== The data ==

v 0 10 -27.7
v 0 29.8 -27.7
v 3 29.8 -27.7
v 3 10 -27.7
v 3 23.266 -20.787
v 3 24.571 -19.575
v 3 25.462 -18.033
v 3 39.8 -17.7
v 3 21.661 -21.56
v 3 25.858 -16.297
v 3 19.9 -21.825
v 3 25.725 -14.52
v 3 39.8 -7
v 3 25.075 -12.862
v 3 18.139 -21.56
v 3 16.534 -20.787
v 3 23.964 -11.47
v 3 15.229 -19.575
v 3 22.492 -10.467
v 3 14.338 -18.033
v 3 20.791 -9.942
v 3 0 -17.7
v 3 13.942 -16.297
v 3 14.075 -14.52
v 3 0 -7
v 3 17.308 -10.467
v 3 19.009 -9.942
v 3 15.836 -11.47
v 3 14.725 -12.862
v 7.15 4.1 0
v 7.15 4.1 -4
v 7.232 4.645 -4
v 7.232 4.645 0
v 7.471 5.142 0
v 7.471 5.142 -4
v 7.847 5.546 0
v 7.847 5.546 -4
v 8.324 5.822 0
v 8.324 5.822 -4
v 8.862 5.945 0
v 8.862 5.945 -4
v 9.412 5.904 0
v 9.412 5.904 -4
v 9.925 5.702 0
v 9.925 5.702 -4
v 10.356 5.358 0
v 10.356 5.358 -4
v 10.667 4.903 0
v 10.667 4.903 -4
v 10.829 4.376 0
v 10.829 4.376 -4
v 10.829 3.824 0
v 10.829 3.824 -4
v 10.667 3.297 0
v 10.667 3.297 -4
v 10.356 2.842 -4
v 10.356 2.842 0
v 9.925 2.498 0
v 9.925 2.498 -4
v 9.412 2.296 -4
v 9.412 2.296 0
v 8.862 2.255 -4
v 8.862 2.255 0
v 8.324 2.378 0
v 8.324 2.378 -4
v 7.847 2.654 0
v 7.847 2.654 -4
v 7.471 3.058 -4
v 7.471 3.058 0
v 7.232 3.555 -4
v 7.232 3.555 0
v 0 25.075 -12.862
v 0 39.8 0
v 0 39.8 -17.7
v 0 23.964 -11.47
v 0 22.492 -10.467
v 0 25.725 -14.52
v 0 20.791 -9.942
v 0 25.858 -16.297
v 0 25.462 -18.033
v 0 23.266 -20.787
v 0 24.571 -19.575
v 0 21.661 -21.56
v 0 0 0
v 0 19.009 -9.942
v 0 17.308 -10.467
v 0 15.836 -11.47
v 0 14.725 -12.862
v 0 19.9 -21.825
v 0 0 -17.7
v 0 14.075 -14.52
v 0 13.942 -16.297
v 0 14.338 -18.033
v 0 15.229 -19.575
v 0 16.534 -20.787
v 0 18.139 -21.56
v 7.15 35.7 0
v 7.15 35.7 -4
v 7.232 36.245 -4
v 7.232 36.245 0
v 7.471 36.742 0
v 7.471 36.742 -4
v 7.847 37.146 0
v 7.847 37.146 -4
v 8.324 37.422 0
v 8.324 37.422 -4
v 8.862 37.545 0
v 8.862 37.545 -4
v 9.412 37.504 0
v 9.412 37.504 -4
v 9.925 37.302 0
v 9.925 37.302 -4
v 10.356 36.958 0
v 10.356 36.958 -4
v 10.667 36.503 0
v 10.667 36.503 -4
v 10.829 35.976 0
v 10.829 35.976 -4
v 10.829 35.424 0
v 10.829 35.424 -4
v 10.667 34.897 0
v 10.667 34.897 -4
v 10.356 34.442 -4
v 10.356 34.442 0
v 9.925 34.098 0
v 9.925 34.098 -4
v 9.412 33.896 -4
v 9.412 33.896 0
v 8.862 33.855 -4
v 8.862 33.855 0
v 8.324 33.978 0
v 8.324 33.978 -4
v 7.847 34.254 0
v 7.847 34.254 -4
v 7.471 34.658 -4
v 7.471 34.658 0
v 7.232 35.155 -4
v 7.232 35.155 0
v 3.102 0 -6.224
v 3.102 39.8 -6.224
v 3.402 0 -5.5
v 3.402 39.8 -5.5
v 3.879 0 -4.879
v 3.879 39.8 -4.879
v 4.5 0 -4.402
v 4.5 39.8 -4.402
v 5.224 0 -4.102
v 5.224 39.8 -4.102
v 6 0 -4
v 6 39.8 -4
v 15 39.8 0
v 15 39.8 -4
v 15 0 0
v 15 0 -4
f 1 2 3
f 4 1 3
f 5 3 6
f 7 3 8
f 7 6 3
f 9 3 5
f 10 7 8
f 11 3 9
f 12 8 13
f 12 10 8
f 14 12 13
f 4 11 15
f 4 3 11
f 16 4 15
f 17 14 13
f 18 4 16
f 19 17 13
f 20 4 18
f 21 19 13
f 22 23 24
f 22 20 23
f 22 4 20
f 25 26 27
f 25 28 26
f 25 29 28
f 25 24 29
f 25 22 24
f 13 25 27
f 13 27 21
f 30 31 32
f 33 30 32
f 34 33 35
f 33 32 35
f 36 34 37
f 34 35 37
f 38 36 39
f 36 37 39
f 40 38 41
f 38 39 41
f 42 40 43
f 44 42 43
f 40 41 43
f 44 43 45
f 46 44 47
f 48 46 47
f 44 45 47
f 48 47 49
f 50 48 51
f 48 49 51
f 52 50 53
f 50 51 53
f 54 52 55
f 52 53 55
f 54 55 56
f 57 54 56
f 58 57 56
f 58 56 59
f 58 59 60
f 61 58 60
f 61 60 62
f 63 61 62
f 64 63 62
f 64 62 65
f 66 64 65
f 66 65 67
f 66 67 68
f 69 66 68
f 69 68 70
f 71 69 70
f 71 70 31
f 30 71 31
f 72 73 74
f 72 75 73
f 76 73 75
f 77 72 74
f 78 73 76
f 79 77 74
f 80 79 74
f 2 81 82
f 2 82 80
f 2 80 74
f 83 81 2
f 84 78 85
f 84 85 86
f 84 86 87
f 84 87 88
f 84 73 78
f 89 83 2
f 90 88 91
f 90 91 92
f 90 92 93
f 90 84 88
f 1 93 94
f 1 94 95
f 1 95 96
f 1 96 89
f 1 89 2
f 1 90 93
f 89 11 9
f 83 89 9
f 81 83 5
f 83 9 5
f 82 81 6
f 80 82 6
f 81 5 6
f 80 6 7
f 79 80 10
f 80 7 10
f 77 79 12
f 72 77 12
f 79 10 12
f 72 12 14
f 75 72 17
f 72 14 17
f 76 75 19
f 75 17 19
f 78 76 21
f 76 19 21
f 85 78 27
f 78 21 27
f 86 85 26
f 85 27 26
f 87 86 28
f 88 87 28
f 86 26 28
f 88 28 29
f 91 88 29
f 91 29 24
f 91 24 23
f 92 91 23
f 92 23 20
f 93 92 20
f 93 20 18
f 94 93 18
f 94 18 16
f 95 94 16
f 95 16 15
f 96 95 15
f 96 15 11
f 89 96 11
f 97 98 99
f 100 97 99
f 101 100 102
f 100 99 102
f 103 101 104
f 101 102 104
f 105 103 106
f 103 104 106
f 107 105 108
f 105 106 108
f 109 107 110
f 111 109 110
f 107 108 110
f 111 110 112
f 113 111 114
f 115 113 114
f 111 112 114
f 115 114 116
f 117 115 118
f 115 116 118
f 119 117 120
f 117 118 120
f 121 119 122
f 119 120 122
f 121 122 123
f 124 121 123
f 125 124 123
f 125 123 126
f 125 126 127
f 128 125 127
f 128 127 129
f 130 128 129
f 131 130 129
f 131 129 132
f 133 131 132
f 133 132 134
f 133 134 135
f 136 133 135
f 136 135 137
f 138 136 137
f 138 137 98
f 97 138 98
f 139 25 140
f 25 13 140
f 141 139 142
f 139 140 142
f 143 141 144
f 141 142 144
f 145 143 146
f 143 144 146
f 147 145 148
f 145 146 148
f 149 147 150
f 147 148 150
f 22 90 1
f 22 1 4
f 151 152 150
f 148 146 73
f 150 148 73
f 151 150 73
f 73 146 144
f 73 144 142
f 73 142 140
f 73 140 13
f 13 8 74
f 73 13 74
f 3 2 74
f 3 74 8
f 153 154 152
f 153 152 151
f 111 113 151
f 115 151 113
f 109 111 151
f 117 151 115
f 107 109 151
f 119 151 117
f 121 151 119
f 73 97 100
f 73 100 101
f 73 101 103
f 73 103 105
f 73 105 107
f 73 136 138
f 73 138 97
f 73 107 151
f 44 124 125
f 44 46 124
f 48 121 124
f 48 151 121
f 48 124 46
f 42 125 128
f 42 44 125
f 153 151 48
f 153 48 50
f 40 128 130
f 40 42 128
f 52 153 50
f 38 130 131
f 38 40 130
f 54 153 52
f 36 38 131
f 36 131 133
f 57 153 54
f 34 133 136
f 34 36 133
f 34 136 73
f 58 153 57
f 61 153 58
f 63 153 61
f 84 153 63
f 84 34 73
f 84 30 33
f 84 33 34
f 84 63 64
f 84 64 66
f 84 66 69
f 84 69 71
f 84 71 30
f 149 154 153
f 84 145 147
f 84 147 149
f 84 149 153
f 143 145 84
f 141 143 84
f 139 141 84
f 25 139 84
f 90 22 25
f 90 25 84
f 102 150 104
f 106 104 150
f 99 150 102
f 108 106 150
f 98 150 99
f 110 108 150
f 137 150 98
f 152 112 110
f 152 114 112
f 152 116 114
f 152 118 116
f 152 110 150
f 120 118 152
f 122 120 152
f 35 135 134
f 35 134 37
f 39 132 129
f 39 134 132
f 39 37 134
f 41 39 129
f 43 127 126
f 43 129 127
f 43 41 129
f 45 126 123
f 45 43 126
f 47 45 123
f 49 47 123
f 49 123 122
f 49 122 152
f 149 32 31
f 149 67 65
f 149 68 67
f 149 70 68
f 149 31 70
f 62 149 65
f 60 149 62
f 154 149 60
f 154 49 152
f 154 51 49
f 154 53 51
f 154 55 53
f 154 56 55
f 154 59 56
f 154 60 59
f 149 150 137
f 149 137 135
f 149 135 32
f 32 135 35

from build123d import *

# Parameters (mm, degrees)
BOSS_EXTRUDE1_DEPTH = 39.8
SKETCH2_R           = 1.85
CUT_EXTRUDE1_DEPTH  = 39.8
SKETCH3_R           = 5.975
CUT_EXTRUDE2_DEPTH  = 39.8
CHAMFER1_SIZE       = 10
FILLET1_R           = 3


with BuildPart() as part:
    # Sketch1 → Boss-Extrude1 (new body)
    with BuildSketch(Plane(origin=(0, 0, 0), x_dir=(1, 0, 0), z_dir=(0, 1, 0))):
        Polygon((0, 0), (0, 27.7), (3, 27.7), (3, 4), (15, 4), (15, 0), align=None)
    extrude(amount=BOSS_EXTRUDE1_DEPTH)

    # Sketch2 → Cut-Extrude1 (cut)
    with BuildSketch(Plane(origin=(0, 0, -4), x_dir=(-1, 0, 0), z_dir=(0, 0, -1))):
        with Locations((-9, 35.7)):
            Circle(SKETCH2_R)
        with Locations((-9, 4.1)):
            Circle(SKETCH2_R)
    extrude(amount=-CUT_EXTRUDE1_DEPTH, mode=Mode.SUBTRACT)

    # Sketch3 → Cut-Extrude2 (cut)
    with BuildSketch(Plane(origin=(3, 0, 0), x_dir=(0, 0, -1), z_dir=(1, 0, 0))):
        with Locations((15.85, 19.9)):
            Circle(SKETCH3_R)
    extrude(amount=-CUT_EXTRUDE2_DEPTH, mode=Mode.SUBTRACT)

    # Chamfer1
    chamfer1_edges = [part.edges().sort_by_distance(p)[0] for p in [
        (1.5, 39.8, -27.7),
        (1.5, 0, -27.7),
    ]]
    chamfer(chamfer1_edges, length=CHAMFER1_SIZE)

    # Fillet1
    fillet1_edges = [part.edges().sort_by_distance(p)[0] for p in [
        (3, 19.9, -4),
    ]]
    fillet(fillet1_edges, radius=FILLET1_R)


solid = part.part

===
== The data ==

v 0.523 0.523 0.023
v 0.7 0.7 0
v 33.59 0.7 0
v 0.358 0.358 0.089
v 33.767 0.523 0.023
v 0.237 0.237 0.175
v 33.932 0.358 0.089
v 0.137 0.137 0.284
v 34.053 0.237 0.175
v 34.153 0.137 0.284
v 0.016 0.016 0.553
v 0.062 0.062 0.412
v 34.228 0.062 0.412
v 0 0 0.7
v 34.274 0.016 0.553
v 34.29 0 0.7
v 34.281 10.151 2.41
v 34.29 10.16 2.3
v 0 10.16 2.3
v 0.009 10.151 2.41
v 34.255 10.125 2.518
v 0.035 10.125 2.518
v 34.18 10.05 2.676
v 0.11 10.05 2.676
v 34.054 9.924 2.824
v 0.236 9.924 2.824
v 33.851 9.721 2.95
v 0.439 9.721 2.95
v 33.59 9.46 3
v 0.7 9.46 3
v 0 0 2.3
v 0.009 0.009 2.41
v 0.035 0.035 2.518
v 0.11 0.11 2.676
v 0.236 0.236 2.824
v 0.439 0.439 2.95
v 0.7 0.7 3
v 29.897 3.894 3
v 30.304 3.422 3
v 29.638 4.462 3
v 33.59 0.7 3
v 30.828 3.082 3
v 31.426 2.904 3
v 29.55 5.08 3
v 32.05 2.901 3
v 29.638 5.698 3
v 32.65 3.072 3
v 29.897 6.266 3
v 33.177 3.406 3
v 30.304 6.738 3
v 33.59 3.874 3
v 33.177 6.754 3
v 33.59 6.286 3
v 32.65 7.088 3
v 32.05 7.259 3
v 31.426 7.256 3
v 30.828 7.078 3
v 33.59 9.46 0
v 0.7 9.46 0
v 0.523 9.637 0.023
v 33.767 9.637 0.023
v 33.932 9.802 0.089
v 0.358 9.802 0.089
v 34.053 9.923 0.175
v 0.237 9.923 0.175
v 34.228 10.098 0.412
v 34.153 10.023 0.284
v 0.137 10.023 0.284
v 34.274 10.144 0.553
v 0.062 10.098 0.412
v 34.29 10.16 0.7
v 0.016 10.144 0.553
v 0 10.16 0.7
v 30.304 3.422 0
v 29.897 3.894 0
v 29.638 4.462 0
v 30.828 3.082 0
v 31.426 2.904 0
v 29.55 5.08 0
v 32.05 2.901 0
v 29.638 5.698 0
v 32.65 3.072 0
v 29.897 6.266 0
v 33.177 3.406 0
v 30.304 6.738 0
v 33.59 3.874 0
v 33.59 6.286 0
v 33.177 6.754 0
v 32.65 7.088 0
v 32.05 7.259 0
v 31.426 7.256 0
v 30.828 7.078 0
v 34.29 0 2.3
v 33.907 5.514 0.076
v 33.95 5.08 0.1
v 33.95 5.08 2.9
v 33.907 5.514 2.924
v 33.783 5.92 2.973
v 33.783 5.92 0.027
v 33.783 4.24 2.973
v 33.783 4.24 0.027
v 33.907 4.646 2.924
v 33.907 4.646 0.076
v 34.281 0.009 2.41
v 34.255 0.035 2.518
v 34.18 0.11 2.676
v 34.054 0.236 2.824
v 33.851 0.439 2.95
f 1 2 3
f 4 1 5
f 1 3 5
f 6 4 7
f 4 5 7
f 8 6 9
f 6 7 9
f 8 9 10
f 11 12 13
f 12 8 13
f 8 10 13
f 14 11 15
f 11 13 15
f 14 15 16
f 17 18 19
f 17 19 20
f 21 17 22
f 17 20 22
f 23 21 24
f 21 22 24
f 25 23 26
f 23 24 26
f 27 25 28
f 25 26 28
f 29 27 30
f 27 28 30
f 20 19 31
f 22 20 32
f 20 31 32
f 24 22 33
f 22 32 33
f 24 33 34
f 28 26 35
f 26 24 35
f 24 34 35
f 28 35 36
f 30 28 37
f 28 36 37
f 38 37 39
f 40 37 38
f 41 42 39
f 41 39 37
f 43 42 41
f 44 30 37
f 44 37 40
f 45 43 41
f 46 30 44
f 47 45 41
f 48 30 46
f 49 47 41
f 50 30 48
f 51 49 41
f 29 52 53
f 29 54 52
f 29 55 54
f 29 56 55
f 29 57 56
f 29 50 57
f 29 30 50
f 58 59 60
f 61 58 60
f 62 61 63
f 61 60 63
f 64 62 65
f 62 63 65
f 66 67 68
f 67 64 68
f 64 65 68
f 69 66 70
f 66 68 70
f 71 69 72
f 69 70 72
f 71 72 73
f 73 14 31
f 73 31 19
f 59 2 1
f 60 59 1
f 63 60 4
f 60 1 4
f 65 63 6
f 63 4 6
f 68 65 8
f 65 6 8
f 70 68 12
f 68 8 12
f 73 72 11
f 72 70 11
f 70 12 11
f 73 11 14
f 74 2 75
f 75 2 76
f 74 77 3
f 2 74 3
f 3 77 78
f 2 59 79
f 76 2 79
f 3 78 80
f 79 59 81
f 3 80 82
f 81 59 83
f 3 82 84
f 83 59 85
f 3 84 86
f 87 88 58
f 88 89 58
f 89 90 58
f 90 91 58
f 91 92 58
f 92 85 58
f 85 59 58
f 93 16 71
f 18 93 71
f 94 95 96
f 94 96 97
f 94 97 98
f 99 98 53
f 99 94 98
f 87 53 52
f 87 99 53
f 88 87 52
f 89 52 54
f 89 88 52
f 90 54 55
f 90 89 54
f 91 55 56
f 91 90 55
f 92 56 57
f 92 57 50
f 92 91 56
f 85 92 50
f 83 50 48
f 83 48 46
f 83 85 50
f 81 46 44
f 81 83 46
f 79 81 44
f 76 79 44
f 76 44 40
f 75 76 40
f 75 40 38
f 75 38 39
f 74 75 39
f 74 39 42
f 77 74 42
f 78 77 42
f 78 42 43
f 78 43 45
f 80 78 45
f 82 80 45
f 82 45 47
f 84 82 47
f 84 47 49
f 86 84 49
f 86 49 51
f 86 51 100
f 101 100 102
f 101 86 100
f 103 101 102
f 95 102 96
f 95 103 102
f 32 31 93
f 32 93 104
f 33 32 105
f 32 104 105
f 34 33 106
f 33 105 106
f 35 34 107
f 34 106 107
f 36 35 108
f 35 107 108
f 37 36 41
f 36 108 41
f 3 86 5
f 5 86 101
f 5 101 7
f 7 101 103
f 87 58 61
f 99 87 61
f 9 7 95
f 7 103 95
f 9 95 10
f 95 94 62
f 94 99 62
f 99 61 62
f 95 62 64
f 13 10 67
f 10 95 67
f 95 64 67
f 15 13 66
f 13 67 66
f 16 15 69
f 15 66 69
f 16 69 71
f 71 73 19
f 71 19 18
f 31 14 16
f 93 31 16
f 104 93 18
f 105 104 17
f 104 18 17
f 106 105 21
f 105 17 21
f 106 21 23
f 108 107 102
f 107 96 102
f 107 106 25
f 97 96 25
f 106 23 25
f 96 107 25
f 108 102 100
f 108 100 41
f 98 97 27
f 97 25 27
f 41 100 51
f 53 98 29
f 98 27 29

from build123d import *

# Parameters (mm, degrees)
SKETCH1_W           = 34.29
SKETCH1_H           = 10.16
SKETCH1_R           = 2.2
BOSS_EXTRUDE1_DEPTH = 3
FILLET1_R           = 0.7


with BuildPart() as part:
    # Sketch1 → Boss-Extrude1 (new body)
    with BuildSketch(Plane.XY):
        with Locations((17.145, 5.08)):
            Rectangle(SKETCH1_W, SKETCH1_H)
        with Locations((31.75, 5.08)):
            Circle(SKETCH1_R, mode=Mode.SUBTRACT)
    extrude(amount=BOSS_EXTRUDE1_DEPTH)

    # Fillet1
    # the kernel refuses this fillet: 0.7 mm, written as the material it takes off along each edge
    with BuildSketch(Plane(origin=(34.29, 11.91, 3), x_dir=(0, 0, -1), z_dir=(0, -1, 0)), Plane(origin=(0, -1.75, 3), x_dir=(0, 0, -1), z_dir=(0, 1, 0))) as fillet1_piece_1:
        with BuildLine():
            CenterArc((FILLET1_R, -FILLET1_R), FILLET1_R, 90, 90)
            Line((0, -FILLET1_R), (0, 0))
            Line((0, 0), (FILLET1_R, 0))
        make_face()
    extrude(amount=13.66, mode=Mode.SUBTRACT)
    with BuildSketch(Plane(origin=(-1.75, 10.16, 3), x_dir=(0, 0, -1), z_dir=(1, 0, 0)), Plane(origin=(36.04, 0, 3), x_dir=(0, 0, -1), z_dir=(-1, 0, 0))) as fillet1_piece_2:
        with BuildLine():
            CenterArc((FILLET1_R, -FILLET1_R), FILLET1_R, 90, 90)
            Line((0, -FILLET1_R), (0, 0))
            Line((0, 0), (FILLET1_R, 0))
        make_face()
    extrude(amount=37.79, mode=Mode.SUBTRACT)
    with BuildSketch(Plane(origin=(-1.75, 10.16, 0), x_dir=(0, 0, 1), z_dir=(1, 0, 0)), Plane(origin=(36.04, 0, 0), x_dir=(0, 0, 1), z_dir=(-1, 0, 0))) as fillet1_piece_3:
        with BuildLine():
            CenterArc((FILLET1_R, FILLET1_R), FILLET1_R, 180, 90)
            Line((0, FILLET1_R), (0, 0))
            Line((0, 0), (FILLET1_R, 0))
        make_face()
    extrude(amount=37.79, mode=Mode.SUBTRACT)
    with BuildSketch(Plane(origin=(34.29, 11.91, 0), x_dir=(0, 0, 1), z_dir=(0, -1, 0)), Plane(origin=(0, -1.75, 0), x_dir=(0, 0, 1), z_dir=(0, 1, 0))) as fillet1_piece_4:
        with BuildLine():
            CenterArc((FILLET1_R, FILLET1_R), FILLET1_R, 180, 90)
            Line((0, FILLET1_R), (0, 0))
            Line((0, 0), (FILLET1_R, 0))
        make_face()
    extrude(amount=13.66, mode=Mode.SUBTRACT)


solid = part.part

===

Work request ::
For this exercise, output exactly the lines above from the line with "v 0 10 -27.7" to the line with "v 10.667 3.297 0", counting both, and leave out the rest.

Answer to this task ::
v 0 10 -27.7
v 0 29.8 -27.7
v 3 29.8 -27.7
v 3 10 -27.7
v 3 23.266 -20.787
v 3 24.571 -19.575
v 3 25.462 -18.033
v 3 39.8 -17.7
v 3 21.661 -21.56
v 3 25.858 -16.297
v 3 19.9 -21.825
v 3 25.725 -14.52
v 3 39.8 -7
v 3 25.075 -12.862
v 3 18.139 -21.56
v 3 16.534 -20.787
v 3 23.964 -11.47
v 3 15.229 -19.575
v 3 22.492 -10.467
v 3 14.338 -18.033
v 3 20.791 -9.942
v 3 0 -17.7
v 3 13.942 -16.297
v 3 14.075 -14.52
v 3 0 -7
v 3 17.308 -10.467
v 3 19.009 -9.942
v 3 15.836 -11.47
v 3 14.725 -12.862
v 7.15 4.1 0
v 7.15 4.1 -4
v 7.232 4.645 -4
v 7.232 4.645 0
v 7.471 5.142 0
v 7.471 5.142 -4
v 7.847 5.546 0
v 7.847 5.546 -4
v 8.324 5.822 0
v 8.324 5.822 -4
v 8.862 5.945 0
v 8.862 5.945 -4
v 9.412 5.904 0
v 9.412 5.904 -4
v 9.925 5.702 0
v 9.925 5.702 -4
v 10.356 5.358 0
v 10.356 5.358 -4
v 10.667 4.903 0
v 10.667 4.903 -4
v 10.829 4.376 0
v 10.829 4.376 -4
v 10.829 3.824 0
v 10.829 3.824 -4
v 10.667 3.297 0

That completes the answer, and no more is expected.